Dataset records:

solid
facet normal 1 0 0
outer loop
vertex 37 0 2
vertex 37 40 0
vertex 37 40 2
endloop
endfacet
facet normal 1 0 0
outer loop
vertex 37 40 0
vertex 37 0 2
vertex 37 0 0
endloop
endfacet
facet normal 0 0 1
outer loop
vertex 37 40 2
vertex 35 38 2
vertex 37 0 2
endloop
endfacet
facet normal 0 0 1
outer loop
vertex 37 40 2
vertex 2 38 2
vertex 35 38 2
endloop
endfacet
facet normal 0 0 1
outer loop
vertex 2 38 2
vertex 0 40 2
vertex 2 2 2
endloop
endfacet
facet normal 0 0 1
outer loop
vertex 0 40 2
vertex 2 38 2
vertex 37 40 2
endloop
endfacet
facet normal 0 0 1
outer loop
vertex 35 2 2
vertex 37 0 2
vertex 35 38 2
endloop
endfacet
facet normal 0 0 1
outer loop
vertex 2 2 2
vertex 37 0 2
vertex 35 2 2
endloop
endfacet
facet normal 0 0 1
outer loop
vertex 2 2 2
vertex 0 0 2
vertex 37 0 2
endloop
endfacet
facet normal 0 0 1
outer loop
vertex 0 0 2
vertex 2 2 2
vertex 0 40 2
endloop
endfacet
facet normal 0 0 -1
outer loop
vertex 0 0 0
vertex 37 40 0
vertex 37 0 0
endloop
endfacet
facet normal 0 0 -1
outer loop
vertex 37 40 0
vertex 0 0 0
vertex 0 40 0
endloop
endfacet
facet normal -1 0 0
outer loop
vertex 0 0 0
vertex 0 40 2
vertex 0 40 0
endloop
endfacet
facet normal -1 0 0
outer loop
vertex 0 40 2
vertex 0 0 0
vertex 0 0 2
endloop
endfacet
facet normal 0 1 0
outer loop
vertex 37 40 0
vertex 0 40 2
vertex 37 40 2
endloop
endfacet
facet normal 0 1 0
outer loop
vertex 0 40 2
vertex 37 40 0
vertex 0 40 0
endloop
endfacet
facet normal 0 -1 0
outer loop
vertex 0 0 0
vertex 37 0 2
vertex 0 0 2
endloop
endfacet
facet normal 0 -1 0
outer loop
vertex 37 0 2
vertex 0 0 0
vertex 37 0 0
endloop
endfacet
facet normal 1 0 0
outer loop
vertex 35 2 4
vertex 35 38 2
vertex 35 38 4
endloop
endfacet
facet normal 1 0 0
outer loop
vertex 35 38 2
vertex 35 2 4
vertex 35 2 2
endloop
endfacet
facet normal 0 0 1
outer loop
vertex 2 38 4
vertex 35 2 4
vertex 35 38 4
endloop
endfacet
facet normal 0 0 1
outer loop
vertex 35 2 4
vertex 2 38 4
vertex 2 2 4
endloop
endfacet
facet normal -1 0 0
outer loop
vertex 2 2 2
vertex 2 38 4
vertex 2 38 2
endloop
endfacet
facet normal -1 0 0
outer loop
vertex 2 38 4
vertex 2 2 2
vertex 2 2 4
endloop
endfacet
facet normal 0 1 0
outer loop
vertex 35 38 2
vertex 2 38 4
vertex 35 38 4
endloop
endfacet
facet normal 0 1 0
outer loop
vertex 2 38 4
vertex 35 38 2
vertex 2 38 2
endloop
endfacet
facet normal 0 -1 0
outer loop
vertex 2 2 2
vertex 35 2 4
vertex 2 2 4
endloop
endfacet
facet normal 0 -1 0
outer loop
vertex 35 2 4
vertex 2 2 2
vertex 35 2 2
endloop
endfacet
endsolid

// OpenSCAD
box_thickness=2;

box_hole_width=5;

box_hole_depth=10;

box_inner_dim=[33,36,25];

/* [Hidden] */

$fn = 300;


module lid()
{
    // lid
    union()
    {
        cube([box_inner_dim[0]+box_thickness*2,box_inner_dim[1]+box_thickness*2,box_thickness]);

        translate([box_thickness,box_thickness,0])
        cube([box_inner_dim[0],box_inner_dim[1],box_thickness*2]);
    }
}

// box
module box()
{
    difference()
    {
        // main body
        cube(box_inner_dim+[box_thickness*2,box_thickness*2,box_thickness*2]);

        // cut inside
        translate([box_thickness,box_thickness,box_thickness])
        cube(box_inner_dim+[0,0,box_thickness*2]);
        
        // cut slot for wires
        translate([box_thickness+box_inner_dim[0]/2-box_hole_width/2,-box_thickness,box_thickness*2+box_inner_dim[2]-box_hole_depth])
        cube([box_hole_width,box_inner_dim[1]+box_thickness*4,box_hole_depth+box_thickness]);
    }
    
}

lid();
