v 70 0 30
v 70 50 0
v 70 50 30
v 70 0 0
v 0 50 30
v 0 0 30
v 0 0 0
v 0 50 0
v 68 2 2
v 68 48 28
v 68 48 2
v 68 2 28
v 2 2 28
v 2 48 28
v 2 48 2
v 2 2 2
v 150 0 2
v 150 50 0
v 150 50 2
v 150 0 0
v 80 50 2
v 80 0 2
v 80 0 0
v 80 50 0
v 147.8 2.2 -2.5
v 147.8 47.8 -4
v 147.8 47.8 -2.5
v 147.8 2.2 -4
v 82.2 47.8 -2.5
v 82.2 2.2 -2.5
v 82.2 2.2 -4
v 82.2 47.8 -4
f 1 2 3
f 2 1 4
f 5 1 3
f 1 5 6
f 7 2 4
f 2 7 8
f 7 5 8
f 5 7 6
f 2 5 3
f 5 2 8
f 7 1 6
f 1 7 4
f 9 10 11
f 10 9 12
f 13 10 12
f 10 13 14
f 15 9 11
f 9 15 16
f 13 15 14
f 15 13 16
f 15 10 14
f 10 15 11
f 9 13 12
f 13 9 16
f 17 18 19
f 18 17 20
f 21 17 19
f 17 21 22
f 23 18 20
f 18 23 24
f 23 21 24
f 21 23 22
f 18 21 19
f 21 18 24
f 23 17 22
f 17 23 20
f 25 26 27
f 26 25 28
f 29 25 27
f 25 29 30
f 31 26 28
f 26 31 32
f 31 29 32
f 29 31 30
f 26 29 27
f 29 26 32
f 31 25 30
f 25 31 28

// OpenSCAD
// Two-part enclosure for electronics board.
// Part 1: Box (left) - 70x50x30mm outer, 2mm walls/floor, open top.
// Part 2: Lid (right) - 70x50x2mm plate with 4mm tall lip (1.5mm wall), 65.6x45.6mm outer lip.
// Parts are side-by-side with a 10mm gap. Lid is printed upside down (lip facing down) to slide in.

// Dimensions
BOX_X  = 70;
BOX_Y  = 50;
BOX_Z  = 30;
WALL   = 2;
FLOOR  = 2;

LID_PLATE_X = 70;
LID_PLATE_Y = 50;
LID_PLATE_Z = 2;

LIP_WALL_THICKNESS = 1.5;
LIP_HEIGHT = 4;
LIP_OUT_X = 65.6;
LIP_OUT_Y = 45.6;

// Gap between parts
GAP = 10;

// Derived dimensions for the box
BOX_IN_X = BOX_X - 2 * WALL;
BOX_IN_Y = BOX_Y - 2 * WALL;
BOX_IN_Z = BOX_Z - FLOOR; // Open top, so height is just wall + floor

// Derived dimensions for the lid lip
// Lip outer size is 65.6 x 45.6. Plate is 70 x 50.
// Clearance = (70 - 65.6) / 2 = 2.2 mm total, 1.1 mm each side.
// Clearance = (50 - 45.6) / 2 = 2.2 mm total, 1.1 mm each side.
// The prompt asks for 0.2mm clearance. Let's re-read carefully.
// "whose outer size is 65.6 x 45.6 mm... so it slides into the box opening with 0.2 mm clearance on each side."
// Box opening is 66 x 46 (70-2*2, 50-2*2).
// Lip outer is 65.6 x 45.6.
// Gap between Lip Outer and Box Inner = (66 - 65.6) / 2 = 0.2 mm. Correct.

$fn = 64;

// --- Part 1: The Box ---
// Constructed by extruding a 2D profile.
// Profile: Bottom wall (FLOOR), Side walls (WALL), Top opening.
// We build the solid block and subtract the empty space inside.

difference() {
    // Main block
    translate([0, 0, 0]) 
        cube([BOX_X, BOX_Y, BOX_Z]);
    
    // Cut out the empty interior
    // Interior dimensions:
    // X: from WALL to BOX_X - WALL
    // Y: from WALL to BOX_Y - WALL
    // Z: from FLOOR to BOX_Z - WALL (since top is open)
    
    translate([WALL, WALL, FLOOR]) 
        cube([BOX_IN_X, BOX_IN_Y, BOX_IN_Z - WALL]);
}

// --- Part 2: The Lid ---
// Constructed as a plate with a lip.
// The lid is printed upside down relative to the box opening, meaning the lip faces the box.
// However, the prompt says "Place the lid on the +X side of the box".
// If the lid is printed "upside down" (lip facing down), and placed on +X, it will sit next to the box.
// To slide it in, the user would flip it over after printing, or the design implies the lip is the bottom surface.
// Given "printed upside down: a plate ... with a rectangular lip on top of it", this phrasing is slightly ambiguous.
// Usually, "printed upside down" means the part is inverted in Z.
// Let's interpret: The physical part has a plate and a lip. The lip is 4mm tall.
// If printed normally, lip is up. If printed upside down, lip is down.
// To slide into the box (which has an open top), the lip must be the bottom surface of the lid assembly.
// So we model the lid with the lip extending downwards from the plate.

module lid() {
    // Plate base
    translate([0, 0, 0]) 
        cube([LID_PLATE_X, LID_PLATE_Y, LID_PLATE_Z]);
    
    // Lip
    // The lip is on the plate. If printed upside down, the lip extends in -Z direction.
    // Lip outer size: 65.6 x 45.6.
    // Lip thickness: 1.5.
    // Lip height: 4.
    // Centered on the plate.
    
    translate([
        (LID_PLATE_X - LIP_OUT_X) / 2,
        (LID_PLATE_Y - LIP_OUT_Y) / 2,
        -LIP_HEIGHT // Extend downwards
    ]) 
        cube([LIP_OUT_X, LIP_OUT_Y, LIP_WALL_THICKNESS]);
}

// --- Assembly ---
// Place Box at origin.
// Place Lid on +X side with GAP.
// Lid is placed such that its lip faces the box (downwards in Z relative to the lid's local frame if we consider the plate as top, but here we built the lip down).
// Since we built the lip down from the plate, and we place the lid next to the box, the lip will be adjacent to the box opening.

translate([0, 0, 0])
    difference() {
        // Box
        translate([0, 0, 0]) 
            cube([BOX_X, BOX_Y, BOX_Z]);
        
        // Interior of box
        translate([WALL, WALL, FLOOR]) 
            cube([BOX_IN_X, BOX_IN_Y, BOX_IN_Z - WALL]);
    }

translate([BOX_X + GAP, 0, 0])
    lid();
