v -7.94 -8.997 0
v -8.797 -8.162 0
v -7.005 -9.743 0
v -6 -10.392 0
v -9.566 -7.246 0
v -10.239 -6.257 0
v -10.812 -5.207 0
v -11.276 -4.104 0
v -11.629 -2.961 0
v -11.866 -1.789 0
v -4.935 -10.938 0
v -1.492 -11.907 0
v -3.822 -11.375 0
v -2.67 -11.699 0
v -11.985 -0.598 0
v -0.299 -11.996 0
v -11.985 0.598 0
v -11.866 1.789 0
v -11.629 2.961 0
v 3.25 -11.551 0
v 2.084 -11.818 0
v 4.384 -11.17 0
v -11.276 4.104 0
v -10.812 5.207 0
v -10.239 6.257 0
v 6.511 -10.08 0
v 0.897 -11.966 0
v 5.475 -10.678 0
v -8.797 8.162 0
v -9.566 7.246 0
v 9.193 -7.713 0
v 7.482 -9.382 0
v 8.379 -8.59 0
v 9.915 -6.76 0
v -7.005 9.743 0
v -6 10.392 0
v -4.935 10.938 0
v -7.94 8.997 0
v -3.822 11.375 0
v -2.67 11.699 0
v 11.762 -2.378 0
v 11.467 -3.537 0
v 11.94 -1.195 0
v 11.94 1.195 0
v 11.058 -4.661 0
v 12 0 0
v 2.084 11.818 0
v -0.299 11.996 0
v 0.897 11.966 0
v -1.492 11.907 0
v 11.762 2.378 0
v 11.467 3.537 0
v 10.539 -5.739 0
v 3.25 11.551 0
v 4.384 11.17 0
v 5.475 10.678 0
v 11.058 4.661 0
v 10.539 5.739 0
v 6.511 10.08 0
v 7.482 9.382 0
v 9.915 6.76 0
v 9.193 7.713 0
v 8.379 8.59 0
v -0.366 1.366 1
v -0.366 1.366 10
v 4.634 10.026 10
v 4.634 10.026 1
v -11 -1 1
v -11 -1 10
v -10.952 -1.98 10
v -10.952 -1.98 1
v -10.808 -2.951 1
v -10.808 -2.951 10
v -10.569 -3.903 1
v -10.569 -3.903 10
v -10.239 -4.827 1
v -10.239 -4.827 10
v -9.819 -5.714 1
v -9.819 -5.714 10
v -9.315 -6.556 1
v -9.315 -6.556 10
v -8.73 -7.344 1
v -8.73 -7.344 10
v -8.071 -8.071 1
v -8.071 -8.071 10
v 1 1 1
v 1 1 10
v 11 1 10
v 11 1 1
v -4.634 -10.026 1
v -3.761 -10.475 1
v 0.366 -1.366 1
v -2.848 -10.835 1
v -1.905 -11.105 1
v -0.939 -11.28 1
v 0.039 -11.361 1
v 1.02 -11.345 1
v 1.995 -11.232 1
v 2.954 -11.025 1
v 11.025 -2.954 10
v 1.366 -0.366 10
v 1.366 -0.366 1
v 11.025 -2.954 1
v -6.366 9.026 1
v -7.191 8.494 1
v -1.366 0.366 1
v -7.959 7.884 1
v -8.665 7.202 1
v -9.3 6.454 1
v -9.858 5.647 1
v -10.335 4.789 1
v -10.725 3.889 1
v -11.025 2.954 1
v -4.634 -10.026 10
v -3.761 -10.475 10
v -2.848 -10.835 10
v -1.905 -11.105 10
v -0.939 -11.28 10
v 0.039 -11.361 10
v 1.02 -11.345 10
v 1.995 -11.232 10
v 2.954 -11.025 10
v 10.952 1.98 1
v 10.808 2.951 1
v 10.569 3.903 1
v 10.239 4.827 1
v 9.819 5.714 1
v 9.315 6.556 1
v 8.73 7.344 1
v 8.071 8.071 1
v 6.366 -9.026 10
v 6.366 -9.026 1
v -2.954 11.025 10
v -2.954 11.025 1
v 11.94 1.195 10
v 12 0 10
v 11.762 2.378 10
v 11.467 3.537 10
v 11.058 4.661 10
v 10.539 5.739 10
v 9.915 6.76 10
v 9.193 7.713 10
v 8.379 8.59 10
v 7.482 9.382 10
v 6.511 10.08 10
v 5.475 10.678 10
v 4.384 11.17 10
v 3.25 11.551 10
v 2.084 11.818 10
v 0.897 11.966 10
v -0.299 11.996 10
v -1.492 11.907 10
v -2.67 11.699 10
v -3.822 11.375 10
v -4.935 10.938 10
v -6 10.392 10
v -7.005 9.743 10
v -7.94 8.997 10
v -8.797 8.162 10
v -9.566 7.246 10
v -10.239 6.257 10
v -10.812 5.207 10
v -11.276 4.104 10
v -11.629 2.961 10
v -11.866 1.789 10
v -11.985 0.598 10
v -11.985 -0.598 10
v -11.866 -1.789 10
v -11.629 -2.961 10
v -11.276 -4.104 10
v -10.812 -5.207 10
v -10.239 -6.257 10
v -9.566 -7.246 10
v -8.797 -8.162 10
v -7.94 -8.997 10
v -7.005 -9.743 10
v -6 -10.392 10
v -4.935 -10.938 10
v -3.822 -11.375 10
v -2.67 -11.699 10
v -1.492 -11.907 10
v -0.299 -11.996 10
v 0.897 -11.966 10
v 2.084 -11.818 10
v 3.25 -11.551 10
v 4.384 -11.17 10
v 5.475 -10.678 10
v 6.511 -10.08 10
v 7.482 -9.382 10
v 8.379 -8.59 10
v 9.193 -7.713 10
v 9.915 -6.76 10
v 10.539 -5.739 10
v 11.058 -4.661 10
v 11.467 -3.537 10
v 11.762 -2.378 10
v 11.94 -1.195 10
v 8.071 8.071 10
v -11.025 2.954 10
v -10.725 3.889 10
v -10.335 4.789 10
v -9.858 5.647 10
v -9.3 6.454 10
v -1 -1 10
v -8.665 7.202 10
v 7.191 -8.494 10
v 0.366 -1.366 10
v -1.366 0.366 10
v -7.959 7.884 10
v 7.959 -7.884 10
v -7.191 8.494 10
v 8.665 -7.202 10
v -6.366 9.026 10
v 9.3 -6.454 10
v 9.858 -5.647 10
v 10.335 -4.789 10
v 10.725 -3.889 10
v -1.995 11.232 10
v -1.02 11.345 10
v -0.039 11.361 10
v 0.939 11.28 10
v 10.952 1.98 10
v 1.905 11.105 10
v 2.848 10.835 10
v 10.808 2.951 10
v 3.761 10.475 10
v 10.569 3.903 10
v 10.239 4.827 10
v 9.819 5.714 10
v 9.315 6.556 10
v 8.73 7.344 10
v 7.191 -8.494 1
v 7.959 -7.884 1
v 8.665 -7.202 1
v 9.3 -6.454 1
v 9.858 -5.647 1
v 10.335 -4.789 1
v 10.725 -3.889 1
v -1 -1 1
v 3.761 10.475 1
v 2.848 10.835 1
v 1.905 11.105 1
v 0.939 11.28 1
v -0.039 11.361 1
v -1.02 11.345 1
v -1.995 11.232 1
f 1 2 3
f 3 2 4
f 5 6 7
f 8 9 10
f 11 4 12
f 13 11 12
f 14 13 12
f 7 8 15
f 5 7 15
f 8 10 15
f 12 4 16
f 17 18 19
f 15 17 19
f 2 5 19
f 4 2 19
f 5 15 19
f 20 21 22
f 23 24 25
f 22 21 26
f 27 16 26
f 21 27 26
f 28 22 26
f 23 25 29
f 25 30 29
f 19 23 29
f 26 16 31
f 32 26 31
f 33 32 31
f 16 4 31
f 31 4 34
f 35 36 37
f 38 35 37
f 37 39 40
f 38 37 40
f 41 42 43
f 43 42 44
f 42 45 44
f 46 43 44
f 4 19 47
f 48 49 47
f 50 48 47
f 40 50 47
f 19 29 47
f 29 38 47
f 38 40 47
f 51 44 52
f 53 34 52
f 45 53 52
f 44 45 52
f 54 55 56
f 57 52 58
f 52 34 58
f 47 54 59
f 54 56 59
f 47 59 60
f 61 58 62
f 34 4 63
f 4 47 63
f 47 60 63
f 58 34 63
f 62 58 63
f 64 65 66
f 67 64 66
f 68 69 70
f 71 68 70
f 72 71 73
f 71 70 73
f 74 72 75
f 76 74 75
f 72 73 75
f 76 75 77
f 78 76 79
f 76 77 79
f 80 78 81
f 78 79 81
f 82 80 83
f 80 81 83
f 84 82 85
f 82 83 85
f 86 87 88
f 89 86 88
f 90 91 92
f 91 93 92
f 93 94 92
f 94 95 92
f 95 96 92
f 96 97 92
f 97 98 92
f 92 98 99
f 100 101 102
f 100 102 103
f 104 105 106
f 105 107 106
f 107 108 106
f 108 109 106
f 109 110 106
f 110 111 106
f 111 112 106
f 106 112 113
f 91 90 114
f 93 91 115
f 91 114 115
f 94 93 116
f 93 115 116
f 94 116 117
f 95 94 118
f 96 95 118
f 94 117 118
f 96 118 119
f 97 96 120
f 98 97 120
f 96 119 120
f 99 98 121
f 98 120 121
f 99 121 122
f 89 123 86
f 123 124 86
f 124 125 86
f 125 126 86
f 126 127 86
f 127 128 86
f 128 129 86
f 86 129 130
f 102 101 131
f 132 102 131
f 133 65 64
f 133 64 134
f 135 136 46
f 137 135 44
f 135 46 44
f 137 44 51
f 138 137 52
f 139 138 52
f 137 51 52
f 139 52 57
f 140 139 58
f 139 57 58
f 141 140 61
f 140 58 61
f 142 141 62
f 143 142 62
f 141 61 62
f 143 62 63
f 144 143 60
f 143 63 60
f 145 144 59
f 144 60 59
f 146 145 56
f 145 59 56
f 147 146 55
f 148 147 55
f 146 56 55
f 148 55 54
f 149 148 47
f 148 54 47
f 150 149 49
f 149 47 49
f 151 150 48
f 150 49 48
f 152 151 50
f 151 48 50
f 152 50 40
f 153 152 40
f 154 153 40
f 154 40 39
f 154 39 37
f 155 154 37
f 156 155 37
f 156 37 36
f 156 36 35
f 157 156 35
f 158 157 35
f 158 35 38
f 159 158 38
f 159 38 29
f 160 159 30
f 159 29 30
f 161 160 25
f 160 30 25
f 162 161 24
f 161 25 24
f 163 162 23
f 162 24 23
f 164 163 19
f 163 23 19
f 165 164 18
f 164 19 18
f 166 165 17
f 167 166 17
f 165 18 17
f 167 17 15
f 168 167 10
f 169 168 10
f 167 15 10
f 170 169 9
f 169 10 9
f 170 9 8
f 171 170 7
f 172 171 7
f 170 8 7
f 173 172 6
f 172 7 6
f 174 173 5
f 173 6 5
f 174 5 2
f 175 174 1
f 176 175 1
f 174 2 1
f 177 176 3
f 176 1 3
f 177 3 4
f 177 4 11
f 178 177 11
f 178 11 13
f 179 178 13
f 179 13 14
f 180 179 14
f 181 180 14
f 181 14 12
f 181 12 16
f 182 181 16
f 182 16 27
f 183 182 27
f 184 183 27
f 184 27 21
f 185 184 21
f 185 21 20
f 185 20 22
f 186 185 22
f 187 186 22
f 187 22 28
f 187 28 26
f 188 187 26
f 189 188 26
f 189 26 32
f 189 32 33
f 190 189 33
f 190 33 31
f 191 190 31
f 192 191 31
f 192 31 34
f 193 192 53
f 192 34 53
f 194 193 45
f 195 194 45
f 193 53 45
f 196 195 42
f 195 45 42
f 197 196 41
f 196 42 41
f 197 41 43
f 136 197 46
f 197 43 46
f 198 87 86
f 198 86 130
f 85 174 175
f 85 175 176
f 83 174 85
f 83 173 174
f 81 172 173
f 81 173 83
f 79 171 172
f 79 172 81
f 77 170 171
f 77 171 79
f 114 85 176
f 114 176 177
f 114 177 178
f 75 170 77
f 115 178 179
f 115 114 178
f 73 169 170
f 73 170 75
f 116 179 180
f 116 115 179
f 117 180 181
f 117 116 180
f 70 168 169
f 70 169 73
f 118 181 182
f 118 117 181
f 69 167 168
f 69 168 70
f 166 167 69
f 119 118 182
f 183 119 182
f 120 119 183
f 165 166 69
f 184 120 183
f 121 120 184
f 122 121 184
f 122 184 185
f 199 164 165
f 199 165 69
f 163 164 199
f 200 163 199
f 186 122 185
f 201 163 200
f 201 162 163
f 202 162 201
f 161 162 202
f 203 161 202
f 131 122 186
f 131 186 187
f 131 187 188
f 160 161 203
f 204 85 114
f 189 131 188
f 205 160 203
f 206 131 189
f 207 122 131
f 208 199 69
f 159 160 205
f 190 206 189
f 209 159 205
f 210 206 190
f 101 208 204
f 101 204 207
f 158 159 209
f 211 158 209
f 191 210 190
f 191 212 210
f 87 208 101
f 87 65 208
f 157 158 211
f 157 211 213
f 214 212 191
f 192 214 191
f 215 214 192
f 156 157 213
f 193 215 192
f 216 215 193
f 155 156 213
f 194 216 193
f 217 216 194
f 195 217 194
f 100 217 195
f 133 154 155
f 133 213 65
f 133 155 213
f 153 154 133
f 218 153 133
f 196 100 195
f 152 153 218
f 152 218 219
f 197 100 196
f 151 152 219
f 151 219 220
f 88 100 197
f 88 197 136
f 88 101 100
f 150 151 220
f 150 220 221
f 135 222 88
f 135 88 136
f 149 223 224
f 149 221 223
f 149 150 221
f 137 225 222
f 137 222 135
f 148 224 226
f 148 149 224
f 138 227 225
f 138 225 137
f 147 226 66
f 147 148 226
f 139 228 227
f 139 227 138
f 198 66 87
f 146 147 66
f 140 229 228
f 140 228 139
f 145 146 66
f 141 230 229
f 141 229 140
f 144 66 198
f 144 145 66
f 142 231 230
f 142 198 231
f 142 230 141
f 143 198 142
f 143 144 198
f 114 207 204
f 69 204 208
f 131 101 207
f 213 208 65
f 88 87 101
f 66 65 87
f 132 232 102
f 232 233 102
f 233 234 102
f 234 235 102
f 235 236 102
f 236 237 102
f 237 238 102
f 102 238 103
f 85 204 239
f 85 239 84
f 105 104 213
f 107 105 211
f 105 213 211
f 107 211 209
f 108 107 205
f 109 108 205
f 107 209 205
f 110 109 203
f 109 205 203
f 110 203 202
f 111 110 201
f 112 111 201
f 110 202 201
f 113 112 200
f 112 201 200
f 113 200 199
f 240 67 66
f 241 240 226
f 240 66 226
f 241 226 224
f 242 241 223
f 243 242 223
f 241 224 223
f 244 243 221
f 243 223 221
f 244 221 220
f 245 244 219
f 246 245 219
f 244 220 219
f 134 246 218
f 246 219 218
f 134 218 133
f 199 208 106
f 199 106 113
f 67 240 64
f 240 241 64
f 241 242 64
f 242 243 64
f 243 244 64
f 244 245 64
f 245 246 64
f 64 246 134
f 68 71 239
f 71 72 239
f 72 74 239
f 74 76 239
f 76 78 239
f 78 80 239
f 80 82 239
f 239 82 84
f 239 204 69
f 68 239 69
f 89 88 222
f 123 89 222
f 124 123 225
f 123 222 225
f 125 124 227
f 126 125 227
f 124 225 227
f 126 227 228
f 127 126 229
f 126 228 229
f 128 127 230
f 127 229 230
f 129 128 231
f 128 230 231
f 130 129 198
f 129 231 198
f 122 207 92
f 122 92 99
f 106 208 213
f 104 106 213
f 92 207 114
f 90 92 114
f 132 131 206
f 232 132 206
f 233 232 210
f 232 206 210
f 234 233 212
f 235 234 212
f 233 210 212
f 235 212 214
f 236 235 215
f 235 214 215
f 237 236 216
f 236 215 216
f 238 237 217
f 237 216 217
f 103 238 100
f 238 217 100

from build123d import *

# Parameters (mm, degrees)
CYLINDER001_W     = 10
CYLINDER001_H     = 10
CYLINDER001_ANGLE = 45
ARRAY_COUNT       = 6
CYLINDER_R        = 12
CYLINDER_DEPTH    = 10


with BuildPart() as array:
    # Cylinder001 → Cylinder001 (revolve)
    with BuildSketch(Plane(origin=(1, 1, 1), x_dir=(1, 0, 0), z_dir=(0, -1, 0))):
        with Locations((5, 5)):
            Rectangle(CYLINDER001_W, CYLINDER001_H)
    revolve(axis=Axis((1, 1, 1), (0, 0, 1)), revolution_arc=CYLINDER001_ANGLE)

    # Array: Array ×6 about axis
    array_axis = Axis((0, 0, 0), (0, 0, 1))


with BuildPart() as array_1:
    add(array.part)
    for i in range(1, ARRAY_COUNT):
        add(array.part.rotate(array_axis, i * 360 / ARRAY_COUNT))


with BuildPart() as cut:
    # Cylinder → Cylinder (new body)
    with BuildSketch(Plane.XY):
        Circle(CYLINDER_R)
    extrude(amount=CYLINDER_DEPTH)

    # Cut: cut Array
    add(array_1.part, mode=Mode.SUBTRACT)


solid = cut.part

What the exercise asks: From the material above, copy exactly the lines between the line holding "f 142 230 141" and the line holding "f 239 82 84", inclusive, and only those.

Final answer:
f 142 230 141
f 143 198 142
f 143 144 198
f 114 207 204
f 69 204 208
f 131 101 207
f 213 208 65
f 88 87 101
f 66 65 87
f 132 232 102
f 232 233 102
f 233 234 102
f 234 235 102
f 235 236 102
f 236 237 102
f 237 238 102
f 102 238 103
f 85 204 239
f 85 239 84
f 105 104 213
f 107 105 211
f 105 213 211
f 107 211 209
f 108 107 205
f 109 108 205
f 107 209 205
f 110 109 203
f 109 205 203
f 110 203 202
f 111 110 201
f 112 111 201
f 110 202 201
f 113 112 200
f 112 201 200
f 113 200 199
f 240 67 66
f 241 240 226
f 240 66 226
f 241 226 224
f 242 241 223
f 243 242 223
f 241 224 223
f 244 243 221
f 243 223 221
f 244 221 220
f 245 244 219
f 246 245 219
f 244 220 219
f 134 246 218
f 246 219 218
f 134 218 133
f 199 208 106
f 199 106 113
f 67 240 64
f 240 241 64
f 241 242 64
f 242 243 64
f 243 244 64
f 244 245 64
f 245 246 64
f 64 246 134
f 68 71 239
f 71 72 239
f 72 74 239
f 74 76 239
f 76 78 239
f 78 80 239
f 80 82 239
f 239 82 84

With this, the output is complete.